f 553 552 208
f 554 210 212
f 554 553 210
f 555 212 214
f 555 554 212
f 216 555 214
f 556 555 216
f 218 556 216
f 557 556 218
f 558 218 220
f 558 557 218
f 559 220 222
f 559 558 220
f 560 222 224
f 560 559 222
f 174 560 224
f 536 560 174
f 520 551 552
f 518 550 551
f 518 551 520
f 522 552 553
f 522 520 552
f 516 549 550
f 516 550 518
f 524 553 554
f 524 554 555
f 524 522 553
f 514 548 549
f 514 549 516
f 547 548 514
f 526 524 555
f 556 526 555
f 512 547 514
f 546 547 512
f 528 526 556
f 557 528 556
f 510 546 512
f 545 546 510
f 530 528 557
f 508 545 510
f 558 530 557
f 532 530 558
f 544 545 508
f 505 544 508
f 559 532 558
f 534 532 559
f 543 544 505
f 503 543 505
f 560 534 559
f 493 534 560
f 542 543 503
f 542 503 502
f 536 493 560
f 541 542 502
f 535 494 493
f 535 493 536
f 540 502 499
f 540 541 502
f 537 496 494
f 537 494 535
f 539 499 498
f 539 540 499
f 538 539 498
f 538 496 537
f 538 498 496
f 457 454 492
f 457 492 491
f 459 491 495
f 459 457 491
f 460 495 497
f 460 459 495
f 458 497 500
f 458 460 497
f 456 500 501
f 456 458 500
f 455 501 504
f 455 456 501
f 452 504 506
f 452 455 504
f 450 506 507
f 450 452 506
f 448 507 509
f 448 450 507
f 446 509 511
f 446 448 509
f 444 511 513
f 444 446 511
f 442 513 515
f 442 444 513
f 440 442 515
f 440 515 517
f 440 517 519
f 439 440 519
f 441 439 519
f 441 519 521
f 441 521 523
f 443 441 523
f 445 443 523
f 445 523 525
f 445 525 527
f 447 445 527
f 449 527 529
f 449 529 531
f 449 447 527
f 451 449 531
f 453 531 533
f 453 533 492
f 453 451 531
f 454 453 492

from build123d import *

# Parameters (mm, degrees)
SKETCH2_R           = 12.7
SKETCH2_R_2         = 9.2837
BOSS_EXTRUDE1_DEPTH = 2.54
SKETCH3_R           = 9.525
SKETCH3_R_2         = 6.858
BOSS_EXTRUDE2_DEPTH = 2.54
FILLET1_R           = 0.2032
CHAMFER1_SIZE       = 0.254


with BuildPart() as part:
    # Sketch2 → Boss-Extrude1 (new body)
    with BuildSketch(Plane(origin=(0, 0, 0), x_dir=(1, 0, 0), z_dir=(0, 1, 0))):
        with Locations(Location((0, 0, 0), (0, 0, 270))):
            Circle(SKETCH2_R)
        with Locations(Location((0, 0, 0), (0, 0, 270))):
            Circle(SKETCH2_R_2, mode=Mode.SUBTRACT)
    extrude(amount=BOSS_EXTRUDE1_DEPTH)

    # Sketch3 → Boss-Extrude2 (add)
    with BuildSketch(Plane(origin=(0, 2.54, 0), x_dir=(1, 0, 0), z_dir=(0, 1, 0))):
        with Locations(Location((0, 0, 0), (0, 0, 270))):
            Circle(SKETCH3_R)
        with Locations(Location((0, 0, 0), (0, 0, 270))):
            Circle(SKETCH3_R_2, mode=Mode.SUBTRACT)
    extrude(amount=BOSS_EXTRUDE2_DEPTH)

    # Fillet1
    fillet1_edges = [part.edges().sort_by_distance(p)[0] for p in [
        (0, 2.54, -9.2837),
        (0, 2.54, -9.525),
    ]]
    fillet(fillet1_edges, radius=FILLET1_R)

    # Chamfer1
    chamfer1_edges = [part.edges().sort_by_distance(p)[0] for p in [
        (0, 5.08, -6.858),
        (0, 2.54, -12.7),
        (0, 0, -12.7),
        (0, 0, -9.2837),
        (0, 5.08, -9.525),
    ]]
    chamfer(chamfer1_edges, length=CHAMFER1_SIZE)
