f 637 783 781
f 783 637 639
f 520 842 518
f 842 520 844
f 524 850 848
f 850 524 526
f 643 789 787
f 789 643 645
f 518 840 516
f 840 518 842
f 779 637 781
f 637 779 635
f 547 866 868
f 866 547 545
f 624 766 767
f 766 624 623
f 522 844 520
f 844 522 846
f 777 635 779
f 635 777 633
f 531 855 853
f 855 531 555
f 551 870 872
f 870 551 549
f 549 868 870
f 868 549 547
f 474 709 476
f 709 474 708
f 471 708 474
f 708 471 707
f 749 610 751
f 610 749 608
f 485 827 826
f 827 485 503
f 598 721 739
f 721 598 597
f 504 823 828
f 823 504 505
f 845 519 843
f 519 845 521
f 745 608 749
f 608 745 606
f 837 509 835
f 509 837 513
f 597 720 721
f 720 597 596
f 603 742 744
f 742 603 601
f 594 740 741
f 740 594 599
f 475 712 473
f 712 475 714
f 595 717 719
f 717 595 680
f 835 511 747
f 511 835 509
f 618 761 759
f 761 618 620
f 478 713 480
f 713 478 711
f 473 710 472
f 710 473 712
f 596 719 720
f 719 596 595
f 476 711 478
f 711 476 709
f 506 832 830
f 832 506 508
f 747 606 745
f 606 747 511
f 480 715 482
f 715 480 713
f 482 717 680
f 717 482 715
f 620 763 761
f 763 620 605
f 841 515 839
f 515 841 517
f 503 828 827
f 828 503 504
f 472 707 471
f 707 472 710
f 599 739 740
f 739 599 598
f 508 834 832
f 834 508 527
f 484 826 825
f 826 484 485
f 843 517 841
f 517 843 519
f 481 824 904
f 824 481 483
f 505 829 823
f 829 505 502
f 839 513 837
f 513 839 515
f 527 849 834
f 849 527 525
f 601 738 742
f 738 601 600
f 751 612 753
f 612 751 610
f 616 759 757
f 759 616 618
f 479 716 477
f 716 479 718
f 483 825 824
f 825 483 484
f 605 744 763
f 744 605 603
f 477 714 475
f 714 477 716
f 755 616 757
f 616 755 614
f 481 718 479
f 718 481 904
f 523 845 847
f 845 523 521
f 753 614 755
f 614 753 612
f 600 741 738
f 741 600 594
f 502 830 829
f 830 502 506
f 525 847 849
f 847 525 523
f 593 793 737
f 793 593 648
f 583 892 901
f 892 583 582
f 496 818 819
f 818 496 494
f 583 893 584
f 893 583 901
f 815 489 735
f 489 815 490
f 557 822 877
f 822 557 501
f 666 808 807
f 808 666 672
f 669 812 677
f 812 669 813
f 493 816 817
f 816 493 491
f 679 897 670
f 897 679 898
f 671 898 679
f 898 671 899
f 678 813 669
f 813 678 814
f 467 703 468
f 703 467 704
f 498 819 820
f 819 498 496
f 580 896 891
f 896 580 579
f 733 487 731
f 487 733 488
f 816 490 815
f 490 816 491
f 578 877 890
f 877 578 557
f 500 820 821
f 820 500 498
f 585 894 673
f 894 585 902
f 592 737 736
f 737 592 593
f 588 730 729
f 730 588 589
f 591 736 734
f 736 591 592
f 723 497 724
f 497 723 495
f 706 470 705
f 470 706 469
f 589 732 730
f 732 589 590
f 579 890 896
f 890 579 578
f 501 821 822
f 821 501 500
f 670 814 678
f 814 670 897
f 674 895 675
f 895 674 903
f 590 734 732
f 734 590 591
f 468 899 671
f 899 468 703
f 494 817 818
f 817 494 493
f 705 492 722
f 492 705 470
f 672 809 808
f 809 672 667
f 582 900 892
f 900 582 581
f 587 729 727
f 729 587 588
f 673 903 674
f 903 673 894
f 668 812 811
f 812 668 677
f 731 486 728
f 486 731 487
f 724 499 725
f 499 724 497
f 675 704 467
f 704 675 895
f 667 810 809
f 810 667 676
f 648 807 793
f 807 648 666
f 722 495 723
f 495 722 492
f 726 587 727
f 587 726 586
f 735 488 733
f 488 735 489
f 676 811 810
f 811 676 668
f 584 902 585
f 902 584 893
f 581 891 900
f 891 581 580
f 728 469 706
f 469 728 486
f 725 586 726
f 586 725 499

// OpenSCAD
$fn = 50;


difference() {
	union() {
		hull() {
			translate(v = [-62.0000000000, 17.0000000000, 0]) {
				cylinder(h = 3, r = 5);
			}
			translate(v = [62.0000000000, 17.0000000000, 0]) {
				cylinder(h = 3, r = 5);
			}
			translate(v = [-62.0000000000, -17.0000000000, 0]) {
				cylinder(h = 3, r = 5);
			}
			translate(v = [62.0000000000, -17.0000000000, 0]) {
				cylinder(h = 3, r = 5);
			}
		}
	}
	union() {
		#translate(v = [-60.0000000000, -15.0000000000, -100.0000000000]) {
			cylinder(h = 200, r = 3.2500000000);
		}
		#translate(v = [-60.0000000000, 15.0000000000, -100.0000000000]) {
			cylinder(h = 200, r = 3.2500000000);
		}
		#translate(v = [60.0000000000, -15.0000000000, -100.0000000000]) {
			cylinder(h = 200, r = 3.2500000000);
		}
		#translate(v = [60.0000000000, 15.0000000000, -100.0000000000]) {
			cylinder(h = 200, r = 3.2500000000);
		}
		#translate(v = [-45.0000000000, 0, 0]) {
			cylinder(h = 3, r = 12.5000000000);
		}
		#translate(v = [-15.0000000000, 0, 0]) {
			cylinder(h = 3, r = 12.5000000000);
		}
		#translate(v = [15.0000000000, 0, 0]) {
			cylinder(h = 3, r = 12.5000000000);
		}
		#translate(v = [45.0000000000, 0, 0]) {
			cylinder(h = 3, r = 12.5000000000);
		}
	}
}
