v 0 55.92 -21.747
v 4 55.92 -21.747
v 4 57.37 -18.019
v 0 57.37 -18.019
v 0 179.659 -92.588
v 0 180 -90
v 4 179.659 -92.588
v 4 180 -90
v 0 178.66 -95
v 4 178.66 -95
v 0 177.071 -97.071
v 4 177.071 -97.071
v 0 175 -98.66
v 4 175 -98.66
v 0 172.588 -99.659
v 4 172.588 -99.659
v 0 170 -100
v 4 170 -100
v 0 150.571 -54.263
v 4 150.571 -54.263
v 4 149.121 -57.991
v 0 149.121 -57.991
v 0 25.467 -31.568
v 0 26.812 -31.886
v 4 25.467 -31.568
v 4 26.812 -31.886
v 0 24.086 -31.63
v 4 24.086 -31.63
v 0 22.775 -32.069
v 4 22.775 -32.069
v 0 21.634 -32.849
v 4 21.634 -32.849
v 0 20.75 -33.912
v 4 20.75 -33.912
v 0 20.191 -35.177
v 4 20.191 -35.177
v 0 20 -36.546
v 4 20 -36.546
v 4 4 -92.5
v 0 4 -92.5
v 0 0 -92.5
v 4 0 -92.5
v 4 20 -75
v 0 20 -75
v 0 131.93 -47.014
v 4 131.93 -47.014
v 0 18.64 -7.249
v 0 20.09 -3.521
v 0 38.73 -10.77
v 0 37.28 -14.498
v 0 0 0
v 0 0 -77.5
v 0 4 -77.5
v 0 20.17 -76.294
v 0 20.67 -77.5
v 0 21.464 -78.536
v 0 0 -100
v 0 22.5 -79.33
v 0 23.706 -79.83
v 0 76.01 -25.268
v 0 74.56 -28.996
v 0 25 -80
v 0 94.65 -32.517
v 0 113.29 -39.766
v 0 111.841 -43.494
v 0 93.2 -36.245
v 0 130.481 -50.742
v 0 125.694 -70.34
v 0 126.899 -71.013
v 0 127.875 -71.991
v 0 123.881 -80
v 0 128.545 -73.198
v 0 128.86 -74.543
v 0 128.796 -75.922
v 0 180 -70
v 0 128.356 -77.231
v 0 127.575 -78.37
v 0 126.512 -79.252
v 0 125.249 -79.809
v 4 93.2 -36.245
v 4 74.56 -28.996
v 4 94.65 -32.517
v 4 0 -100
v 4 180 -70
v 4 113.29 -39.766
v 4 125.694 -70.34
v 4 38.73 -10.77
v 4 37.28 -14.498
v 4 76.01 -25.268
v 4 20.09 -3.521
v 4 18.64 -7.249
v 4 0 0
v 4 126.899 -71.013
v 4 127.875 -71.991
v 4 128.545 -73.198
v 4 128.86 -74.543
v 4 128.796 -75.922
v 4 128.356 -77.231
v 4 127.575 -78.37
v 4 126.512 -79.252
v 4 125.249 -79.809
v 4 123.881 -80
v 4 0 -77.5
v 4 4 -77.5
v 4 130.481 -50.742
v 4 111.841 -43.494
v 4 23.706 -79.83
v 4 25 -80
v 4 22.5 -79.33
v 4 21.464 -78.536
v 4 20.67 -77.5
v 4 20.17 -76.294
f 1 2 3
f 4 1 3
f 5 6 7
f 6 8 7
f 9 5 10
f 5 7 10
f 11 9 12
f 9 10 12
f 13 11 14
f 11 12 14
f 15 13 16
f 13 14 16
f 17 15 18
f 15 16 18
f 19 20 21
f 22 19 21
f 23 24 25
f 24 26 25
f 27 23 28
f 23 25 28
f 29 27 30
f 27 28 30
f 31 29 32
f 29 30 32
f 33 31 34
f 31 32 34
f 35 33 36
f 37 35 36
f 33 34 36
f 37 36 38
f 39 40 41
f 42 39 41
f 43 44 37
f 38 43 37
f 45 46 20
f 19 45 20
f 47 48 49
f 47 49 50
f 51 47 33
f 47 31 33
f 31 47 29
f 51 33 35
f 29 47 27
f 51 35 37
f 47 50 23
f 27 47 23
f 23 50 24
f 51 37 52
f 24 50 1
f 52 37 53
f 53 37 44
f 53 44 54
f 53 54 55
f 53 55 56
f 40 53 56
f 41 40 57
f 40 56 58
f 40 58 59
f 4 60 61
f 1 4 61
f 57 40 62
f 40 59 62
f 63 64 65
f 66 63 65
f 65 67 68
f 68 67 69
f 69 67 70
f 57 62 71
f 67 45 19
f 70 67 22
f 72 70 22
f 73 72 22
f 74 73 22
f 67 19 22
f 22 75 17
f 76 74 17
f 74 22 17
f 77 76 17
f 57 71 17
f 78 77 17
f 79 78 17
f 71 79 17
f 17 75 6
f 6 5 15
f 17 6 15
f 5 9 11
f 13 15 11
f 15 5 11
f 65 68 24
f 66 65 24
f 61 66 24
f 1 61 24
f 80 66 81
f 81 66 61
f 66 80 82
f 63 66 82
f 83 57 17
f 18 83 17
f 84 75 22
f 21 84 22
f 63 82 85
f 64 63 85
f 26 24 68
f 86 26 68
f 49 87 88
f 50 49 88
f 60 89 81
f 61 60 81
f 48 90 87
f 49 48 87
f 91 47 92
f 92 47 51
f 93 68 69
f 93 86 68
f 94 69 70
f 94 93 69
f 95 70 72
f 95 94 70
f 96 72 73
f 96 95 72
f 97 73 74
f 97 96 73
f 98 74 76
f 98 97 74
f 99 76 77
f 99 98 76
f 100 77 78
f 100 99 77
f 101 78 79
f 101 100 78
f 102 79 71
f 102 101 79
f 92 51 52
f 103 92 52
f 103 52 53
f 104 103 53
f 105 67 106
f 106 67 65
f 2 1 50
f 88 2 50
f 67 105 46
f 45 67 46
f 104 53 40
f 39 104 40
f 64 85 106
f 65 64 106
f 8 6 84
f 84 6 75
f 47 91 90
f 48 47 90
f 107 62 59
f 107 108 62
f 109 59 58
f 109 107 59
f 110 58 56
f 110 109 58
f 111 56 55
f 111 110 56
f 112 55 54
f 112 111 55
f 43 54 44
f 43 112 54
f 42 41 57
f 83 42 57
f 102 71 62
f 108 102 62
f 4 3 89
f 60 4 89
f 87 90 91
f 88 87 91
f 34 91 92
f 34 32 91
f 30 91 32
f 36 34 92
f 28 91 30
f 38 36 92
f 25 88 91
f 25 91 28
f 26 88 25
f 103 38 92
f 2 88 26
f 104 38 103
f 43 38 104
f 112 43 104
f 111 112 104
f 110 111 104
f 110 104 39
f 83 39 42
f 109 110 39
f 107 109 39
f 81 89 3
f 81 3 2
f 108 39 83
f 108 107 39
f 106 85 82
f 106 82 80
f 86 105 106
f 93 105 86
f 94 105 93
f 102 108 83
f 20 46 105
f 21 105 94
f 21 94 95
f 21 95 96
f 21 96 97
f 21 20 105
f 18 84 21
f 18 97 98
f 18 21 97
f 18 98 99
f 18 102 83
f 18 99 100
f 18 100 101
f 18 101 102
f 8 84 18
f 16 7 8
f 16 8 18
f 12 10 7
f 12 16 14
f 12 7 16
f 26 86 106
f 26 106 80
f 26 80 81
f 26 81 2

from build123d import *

# Parameters (mm, degrees)
ESTRUSIONE_ESTRUSIONE1_DEPTH = 4
ESTRUSIONE_ESTRUSIONE2_DEPTH = 4
RACCORDO2_R                  = 10
RACCORDO3_R                  = 5


with BuildPart() as part:
    # Schizzo1 → Estrusione-Estrusione1 (new body)
    with BuildSketch(Plane(origin=(0, 0, 0), x_dir=(0, 0, -1), z_dir=(1, 0, 0))):
        Polygon((70, 180), (0, 0), (77.5, 0), (77.5, 4), (92.5, 4), (92.5, 0), (100, 0), (100, 180), align=None)
        Polygon((80, 150.533691669), (80, 20), (29.236897684, 20), align=None, mode=Mode.SUBTRACT)
    extrude(amount=ESTRUSIONE_ESTRUSIONE1_DEPTH)

    # Schizzo2 → Estrusione-Estrusione2 (add)
    with BuildSketch(Plane(origin=(4, 0, 0), x_dir=(0, 0, -1), z_dir=(1, 0, 0))):
        Polygon((7.248925223, 18.640093431), (3.520906537, 20.089878475), (10.76983176, 38.729971906), (14.497850446, 37.280186862), align=None)
        Polygon((28.995700892, 74.560373723), (21.746775669, 55.920280292), (18.018756983, 57.370065337), (25.267682206, 76.010158768), align=None)
        Polygon((43.493551339, 111.840560585), (36.244626115, 93.200467154), (32.516607429, 94.650252199), (39.765532652, 113.29034563), align=None)
        Polygon((57.991401785, 149.120747447), (50.742476562, 130.480654016), (47.014457876, 131.93043906), (54.263383099, 150.570532491), align=None)
    extrude(amount=-ESTRUSIONE_ESTRUSIONE2_DEPTH)

    # Raccordo2
    raccordo2_edges = [part.edges().sort_by_distance(p)[0] for p in [
        (2, 180, -100),
    ]]
    fillet(raccordo2_edges, radius=RACCORDO2_R)

    # Raccordo3
    raccordo3_edges = [part.edges().sort_by_distance(p)[0] for p in [
        (2, 20, -80),
        (2, 150.533691669, -80),
        (2, 20, -29.236897684),
    ]]
    fillet(raccordo3_edges, radius=RACCORDO3_R)


solid = part.part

■ ■ ■ ■ ■

* PROBLEM
Copy the lines of the data above exactly as written, beginning with the line containing "v 4 21.634 -32.849" and ending with the line containing "v 0 128.545 -73.198", and leave out all other lines.

* FINISHED TASK
v 4 21.634 -32.849
v 0 20.75 -33.912
v 4 20.75 -33.912
v 0 20.191 -35.177
v 4 20.191 -35.177
v 0 20 -36.546
v 4 20 -36.546
v 4 4 -92.5
v 0 4 -92.5
v 0 0 -92.5
v 4 0 -92.5
v 4 20 -75
v 0 20 -75
v 0 131.93 -47.014
v 4 131.93 -47.014
v 0 18.64 -7.249
v 0 20.09 -3.521
v 0 38.73 -10.77
v 0 37.28 -14.498
v 0 0 0
v 0 0 -77.5
v 0 4 -77.5
v 0 20.17 -76.294
v 0 20.67 -77.5
v 0 21.464 -78.536
v 0 0 -100
v 0 22.5 -79.33
v 0 23.706 -79.83
v 0 76.01 -25.268
v 0 74.56 -28.996
v 0 25 -80
v 0 94.65 -32.517
v 0 113.29 -39.766
v 0 111.841 -43.494
v 0 93.2 -36.245
v 0 130.481 -50.742
v 0 125.694 -70.34
v 0 126.899 -71.013
v 0 127.875 -71.991
v 0 123.881 -80
v 0 128.545 -73.198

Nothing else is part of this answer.